Now he is focussing his enthusiasm and enterprise on medicinal cannabis and, like many others, he is a true believer in its potential to alleviate the symptoms of a number of medical conditions. He has seen this at first hand as he has himself qualified as a medicinal cannabis consultant and has met many patients whose lives have been transformed.
One Medicann patient with severe epilepsy, who was suffering multiple fits almost on a daily basis, had his symptoms relieved by taking medicinal cannabis. He told Gary: ‘It hasn’t cured me, I still have epilepsy, but it’s given me back a quality of life.’
And whilst there are a lot of people already buying products like CBD oil from unregulated online sources, the Medicann model will give them the chance to have a proper consultation using local doctors and specialists, with the product dispensed directly from a local pharmacy.
Gary says: ‘We like the fact that we do face to face consultations. It’s better for the patient and better for the doctor.’
And he goes on: ‘Medicinal cannabis is not the same as the substance people smoke to get high – it can only be administered via oil or a vape – but it is still a Schedule Two drug and, as such, its supply is strictly regulated.’
Medicann is not in the business of cultivating the plant but Gary says that they ‘have agreements with all the largest growers worldwide’ and he has already met with Peel Holdings chairman, John Whittaker, to talk about his plans to cultivate medicinal cannabis in the Isle of Man.
Gary says: ‘We would definitely want to use a product that was grown locally if it ticked all the right medical boxes.’
One of the reasons that he, and a growing number of medical professionals, are so keen on medicinal cannabis, is because of its potential to reduce the usage of opioid and other painkillers which can be addictive or have harmful side effects.
And, although we are only now beginning to think of cannabis as something other than a recreational drug, it has been used a medicine for centuries, with known use dating back to 4000BC in ancient China.
Professor Mike Barnes, a consultant neurologist in the UK, has been one of its most vocal advocates. Writing in the Guardian in 2016, he said: ‘My report shows that there is strong evidence that medical cannabis helps with chronic pain; spasticity (common, disabling and painful after stroke or brain injury and common in those suffering from multiple sclerosis, as examples); for nausea and vomiting, especially during chemotherapy; and for the management of anxiety. There is also evidence of usefulness in sleep disorders, for appetite stimulation (in HIV, for example), fibromyalgia, post-traumatic stress disorder, severe childhood epilepsies, bladder problems and even for control of some cancers.’
Now, the likelihood is that, with increased usage under clinically regulated conditions, much more of its potential will be realised.

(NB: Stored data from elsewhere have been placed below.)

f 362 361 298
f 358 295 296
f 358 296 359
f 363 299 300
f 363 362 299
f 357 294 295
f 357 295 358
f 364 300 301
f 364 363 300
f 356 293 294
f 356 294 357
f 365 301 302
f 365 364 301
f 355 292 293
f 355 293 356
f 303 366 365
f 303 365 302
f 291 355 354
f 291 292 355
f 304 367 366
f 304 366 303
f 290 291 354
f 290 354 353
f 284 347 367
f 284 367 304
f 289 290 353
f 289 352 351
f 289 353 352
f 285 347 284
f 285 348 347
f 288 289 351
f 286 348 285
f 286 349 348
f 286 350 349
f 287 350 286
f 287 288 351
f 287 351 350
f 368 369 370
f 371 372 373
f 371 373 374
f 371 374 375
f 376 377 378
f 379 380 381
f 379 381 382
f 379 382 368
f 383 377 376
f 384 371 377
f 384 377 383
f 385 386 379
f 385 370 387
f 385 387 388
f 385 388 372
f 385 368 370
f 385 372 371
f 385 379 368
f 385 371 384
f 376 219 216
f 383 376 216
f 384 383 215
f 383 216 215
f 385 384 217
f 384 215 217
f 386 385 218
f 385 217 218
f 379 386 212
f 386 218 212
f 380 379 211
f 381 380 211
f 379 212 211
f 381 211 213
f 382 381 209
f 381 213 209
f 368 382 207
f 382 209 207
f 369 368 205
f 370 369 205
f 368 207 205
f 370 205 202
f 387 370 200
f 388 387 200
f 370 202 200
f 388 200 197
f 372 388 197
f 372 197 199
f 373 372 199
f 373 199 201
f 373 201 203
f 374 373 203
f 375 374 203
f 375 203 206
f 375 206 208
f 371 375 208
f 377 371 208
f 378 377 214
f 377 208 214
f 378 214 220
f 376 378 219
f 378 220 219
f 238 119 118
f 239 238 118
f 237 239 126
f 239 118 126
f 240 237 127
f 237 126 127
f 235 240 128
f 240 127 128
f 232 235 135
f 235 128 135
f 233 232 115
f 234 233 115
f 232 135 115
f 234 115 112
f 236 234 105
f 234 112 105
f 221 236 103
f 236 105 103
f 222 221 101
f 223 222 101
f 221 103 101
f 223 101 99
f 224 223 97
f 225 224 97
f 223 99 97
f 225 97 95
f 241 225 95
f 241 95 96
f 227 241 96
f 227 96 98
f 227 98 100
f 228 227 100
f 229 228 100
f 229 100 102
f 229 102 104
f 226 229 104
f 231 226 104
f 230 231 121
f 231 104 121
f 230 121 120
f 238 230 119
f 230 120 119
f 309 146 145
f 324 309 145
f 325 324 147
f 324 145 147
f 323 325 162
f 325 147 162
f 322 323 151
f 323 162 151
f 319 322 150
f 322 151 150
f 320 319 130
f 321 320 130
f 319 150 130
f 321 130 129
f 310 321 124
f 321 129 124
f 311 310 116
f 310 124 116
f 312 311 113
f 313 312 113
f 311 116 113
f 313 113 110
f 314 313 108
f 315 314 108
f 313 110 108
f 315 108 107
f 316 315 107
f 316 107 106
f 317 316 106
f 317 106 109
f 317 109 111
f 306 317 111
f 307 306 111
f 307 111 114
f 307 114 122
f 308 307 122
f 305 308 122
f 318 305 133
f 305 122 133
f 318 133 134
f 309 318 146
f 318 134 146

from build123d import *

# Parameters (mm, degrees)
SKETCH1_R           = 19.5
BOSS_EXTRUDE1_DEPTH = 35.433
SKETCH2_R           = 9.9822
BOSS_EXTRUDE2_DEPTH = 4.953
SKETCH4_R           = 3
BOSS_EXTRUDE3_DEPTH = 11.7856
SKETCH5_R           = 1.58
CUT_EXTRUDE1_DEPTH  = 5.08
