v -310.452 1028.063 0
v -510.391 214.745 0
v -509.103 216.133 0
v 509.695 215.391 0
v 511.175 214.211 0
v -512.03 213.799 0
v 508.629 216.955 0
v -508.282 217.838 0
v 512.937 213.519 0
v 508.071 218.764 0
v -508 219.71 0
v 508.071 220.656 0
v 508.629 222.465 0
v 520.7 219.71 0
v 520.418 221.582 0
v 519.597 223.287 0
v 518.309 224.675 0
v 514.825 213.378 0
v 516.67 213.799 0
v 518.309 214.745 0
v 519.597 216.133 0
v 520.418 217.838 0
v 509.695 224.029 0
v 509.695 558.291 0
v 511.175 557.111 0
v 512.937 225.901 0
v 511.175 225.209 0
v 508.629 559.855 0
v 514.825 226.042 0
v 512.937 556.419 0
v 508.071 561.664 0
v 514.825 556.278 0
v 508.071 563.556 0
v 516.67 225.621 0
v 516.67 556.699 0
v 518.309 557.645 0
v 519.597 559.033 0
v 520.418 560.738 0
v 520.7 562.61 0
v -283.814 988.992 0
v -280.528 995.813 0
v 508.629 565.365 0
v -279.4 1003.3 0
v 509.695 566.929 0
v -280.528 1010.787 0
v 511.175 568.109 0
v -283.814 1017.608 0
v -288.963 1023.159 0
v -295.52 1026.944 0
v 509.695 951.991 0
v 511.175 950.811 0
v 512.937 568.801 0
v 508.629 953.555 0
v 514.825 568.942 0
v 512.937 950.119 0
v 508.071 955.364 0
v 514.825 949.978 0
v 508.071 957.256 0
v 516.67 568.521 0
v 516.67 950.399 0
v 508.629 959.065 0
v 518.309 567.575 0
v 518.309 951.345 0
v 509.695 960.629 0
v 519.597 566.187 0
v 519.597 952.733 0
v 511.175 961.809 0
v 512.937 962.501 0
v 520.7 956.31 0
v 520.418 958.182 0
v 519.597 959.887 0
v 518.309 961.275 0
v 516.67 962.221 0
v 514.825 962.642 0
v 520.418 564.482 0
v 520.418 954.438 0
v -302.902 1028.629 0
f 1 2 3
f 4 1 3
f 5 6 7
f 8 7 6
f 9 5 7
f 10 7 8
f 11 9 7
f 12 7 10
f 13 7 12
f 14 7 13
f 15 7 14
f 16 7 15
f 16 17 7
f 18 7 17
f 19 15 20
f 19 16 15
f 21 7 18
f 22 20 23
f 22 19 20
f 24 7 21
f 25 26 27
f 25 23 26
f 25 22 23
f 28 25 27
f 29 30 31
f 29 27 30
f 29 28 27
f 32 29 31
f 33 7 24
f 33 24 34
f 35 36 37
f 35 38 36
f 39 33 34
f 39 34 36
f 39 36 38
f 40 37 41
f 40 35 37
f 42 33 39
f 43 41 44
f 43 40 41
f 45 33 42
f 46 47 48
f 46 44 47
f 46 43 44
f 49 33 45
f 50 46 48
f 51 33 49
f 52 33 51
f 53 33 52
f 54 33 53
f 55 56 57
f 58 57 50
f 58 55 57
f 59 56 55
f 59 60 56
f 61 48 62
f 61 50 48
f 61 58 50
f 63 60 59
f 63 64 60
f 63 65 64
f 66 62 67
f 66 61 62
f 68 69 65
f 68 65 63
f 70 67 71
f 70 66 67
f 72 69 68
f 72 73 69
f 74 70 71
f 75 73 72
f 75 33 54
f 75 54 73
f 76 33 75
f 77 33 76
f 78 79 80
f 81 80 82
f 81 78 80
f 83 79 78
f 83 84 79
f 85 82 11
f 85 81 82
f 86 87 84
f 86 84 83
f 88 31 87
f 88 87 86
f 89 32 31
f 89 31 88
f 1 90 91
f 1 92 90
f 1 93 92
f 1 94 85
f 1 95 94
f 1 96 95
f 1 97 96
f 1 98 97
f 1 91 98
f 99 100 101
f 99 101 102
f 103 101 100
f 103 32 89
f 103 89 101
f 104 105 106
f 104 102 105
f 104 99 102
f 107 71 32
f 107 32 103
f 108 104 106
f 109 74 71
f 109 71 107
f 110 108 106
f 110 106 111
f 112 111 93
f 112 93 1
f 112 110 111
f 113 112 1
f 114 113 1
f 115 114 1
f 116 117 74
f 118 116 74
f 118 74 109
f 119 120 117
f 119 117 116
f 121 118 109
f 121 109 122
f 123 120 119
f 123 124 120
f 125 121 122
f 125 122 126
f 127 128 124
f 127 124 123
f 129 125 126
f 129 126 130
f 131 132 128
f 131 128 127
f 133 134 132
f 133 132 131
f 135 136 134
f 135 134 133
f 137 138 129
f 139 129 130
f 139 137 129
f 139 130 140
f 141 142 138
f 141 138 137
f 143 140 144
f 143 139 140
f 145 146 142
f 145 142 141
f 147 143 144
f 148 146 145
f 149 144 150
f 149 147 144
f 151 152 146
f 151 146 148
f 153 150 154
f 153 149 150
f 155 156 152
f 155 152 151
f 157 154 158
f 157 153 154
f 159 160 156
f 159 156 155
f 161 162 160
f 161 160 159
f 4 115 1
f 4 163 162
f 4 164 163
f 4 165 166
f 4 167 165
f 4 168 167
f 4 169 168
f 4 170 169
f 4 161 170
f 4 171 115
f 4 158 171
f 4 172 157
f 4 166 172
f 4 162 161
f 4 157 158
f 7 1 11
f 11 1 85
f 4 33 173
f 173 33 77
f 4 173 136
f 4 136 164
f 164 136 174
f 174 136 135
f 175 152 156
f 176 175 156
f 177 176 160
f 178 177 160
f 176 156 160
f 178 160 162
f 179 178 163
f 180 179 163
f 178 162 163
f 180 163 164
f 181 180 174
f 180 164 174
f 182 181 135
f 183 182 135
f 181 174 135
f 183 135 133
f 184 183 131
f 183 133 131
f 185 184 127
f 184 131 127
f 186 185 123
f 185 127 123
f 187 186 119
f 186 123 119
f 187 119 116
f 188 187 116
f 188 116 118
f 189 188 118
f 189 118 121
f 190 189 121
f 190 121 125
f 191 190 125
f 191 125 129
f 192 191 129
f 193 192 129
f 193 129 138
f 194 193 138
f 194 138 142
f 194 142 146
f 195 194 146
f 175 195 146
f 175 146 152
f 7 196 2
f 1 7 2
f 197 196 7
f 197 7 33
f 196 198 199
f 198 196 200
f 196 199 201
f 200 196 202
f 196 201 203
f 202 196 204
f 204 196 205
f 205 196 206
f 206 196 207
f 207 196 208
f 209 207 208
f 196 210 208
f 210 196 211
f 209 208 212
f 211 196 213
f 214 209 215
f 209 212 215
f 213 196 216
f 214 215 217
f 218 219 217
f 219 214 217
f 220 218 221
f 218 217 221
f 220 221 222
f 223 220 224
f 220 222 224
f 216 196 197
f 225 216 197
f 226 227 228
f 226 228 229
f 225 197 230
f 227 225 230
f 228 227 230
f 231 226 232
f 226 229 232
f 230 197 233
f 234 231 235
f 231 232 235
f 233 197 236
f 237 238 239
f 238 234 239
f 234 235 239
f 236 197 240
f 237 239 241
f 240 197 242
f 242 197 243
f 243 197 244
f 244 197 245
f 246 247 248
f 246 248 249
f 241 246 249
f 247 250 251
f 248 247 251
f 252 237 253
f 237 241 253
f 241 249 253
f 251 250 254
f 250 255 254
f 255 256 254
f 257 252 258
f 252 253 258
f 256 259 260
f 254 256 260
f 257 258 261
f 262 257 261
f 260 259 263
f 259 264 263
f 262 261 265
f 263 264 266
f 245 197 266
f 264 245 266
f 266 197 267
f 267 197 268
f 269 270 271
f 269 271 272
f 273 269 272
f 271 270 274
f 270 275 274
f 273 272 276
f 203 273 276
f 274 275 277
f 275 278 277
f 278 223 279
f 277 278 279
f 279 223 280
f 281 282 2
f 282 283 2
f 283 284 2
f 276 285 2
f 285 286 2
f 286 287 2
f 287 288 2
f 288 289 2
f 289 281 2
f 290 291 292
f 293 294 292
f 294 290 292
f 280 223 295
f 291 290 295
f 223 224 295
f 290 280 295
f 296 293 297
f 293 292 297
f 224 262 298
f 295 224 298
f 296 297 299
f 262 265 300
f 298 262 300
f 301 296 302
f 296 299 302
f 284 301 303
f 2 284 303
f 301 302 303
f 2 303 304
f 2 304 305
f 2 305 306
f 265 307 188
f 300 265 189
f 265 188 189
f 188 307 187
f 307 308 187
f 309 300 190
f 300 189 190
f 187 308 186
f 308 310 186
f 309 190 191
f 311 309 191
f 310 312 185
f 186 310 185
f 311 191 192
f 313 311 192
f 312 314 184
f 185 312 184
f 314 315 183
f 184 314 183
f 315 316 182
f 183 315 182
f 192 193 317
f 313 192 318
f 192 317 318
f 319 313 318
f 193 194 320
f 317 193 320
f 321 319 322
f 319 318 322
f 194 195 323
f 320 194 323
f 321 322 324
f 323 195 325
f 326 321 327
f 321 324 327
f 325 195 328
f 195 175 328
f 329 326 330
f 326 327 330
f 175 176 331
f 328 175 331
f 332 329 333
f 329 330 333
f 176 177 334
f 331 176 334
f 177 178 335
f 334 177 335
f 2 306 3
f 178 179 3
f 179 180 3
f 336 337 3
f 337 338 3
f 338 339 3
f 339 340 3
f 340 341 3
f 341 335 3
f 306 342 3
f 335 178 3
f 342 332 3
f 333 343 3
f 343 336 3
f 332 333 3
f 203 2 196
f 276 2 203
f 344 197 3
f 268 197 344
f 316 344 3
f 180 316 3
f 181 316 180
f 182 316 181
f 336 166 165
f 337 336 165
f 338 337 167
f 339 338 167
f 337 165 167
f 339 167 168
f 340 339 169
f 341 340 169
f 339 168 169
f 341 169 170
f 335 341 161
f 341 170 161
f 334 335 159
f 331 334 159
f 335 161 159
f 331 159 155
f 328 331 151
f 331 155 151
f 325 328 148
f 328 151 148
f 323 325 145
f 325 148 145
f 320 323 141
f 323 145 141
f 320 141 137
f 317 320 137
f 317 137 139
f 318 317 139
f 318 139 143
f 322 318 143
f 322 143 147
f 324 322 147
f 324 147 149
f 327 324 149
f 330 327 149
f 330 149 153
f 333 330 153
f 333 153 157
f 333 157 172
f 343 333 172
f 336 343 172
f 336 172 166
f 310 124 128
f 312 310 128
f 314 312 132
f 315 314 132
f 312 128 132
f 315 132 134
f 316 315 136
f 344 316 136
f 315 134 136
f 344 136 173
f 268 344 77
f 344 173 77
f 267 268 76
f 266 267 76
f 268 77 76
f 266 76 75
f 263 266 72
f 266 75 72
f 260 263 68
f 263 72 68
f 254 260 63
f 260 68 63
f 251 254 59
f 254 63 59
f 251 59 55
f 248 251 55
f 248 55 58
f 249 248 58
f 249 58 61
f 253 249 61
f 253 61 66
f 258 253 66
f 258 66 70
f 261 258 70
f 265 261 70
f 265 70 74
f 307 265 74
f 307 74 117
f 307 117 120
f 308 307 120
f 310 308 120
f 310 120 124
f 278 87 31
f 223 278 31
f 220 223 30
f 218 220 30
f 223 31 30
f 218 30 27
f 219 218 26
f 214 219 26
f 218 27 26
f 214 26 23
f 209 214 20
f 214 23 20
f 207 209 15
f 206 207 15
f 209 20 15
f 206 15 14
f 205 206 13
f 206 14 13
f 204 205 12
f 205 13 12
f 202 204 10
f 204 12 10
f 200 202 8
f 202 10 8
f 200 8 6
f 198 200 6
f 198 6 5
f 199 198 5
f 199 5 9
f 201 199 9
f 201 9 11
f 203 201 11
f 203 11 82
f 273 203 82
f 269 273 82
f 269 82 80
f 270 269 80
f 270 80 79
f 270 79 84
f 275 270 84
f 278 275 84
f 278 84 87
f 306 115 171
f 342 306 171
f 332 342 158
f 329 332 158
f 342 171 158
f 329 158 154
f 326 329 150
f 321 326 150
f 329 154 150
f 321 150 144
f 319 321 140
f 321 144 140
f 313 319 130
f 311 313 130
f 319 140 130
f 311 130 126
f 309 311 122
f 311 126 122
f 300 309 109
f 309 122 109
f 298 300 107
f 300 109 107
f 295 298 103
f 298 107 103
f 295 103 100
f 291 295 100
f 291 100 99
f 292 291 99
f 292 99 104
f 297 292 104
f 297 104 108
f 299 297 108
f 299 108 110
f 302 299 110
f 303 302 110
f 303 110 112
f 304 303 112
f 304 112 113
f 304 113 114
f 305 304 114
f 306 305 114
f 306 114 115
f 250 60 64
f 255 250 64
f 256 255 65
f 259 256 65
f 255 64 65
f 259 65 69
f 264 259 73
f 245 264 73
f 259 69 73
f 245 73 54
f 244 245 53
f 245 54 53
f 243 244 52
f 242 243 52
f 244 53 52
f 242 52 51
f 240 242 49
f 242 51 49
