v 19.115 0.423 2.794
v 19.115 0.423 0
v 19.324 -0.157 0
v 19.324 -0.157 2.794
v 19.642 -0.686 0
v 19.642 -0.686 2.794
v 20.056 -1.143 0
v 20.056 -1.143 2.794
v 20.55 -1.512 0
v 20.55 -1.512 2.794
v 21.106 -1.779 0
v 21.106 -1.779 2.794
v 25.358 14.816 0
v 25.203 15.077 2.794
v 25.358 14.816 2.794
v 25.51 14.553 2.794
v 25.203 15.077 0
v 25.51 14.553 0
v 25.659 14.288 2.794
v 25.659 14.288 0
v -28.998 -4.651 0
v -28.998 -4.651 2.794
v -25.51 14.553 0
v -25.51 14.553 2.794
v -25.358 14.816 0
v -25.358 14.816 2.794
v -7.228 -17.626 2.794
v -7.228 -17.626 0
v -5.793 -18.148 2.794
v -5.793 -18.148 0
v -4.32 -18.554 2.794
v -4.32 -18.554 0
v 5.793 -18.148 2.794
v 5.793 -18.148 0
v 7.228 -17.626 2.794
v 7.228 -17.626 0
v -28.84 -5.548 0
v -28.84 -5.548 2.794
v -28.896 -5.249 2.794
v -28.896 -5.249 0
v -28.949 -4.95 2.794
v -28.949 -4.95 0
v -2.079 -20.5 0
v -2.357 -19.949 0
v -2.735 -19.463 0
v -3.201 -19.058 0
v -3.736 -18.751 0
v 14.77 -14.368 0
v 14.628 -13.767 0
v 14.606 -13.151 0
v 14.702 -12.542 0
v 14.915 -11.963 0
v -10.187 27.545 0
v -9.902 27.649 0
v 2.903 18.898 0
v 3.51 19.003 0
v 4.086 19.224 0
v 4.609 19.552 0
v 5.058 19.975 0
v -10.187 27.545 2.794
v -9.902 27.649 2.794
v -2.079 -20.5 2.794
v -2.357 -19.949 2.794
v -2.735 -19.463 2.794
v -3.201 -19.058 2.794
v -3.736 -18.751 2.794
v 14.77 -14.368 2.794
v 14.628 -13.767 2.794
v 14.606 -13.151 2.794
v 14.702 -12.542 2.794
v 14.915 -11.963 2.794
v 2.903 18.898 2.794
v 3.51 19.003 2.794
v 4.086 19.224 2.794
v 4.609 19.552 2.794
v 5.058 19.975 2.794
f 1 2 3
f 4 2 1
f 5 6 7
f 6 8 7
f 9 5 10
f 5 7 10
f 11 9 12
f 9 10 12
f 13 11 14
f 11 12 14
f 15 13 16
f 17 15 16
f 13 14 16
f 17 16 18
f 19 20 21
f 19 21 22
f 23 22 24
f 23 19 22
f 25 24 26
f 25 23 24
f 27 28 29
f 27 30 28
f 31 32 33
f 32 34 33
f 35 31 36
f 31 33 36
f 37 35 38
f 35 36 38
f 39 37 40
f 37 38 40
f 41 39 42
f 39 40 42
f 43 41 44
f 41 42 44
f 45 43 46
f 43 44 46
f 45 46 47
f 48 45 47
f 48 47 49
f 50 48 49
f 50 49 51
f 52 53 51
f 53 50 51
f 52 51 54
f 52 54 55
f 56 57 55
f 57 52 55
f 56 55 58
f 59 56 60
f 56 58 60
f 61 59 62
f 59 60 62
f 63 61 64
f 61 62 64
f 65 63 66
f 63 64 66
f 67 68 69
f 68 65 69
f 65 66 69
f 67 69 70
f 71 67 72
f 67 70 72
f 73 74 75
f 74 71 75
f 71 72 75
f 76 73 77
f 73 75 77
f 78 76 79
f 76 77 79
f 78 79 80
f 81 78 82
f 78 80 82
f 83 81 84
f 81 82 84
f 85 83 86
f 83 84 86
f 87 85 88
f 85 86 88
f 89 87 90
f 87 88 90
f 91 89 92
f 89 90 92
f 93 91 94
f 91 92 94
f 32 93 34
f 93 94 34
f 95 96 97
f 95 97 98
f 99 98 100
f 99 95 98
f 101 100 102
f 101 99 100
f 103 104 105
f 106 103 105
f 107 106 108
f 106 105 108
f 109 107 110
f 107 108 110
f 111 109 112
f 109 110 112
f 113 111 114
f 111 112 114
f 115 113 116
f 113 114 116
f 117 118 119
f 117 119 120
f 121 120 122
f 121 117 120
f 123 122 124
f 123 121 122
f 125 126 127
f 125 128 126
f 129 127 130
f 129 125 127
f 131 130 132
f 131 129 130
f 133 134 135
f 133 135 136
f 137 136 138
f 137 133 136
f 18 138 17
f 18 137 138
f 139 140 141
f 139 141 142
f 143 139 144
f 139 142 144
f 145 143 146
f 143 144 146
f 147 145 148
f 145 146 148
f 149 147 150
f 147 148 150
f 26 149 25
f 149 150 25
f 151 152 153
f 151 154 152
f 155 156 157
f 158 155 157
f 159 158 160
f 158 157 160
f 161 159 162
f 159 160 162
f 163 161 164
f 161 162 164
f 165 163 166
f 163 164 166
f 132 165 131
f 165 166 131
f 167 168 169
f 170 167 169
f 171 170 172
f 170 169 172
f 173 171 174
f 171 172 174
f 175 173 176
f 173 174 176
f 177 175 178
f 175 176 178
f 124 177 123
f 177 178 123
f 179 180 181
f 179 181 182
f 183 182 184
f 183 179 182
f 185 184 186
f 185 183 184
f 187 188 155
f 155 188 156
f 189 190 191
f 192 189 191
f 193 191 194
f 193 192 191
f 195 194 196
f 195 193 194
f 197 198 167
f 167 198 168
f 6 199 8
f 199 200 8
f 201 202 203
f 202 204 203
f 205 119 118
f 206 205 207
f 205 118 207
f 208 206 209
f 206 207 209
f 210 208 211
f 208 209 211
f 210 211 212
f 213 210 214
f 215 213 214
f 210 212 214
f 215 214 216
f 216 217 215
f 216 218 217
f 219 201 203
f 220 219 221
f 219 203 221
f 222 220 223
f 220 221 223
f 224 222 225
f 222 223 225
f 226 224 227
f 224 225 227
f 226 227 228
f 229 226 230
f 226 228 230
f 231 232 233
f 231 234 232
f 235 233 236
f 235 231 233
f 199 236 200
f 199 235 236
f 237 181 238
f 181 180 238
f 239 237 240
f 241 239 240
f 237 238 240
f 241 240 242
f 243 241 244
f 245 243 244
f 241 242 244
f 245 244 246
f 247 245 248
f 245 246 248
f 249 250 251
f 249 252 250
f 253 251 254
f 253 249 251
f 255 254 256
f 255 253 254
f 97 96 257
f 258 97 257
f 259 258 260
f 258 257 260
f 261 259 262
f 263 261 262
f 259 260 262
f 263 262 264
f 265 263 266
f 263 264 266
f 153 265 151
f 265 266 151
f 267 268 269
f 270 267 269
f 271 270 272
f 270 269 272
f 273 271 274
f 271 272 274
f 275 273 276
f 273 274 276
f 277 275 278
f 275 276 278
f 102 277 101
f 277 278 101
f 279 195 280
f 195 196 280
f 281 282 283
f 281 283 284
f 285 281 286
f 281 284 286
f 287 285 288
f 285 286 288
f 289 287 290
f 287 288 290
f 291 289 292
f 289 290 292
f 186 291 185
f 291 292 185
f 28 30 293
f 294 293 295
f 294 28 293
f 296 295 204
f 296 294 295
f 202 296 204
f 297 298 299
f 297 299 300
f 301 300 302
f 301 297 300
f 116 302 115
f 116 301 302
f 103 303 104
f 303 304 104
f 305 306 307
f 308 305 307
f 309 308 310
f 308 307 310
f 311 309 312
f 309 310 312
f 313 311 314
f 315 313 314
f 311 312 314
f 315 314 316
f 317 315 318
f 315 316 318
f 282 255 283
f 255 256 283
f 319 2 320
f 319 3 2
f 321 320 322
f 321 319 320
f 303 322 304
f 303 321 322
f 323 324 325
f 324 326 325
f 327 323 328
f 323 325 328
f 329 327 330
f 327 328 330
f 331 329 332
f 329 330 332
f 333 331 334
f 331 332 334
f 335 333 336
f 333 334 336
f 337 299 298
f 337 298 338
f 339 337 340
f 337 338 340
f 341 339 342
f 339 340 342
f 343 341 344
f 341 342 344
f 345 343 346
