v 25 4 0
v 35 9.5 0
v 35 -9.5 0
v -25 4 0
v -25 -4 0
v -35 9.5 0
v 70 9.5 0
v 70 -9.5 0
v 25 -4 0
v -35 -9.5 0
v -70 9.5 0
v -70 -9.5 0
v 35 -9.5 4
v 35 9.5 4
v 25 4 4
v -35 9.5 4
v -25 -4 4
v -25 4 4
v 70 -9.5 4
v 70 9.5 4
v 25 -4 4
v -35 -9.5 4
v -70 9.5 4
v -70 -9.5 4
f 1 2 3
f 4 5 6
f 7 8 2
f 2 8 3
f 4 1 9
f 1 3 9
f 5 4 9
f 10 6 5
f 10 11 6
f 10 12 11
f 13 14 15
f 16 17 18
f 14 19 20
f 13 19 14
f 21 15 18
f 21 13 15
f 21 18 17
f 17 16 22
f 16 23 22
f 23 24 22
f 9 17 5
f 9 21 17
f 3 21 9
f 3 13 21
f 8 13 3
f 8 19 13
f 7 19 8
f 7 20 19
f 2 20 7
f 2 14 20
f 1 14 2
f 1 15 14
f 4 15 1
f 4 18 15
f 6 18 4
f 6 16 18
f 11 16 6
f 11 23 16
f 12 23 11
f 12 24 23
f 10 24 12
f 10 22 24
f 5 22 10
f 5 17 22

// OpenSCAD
// Flat tensile test specimen (dog bone) for printed plastics
// Print orientation: lying flat on the bed, symmetric about the origin in X and Y

// ---------------- Dimensions (mm) ----------------
thickness      = 4;    // specimen thickness (Z)
total_length   = 140;  // overall length (X)
gauge_width    = 8;    // width of narrow gauge section (Y)
gauge_length   = 50;   // length of gauge section (X)
grip_width     = 19;   // width of grip sections (Y)
grip_length    = 35;   // length of each grip section (X)
trans_length   = 10;   // length of each linear transition (X)

// ---------------- Derived values ----------------
x_gauge = gauge_length / 2;                 // gauge ends at +/- 25
x_trans = x_gauge + trans_length;           // transition ends at +/- 35
x_end   = x_trans + grip_length;            // grip ends at +/- 70
hg      = gauge_width / 2;                  // half gauge width
hw      = grip_width / 2;                   // half grip width

// Sanity check: sections add up to total length
assert(abs(2 * x_end - total_length) < 1e-6,
       "Section lengths do not sum to total_length");

// ---------------- Model ----------------
linear_extrude(height = thickness)
    polygon(points = [
        [-x_end,   -hw],
        [-x_trans, -hw],
        [-x_gauge, -hg],
        [ x_gauge, -hg],
        [ x_trans, -hw],
        [ x_end,   -hw],
        [ x_end,    hw],
        [ x_trans,  hw],
        [ x_gauge,  hg],
        [-x_gauge,  hg],
        [-x_trans,  hw],
        [-x_end,    hw]
    ]);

Gary says: ‘It’s still all a learning curve: the more patients you see, the more you learn.’
He still remembers fondly how one elderly lady he met at his Jersey clinic, phoned him a few months later to tell him: ‘You have changed my life. I’m now out in the garden – and I’m doing the gardening.’
As he says: ‘It’s not a first-line medication, it’s a last resort, and it’s not a miracle cure but it has the potential to give somebody a proper quality of life.’
And, as he points out, medicinal cannabis is not supplied free: ‘And you wouldn’t continue to pay for it out of your own pocket if it didn’t work.’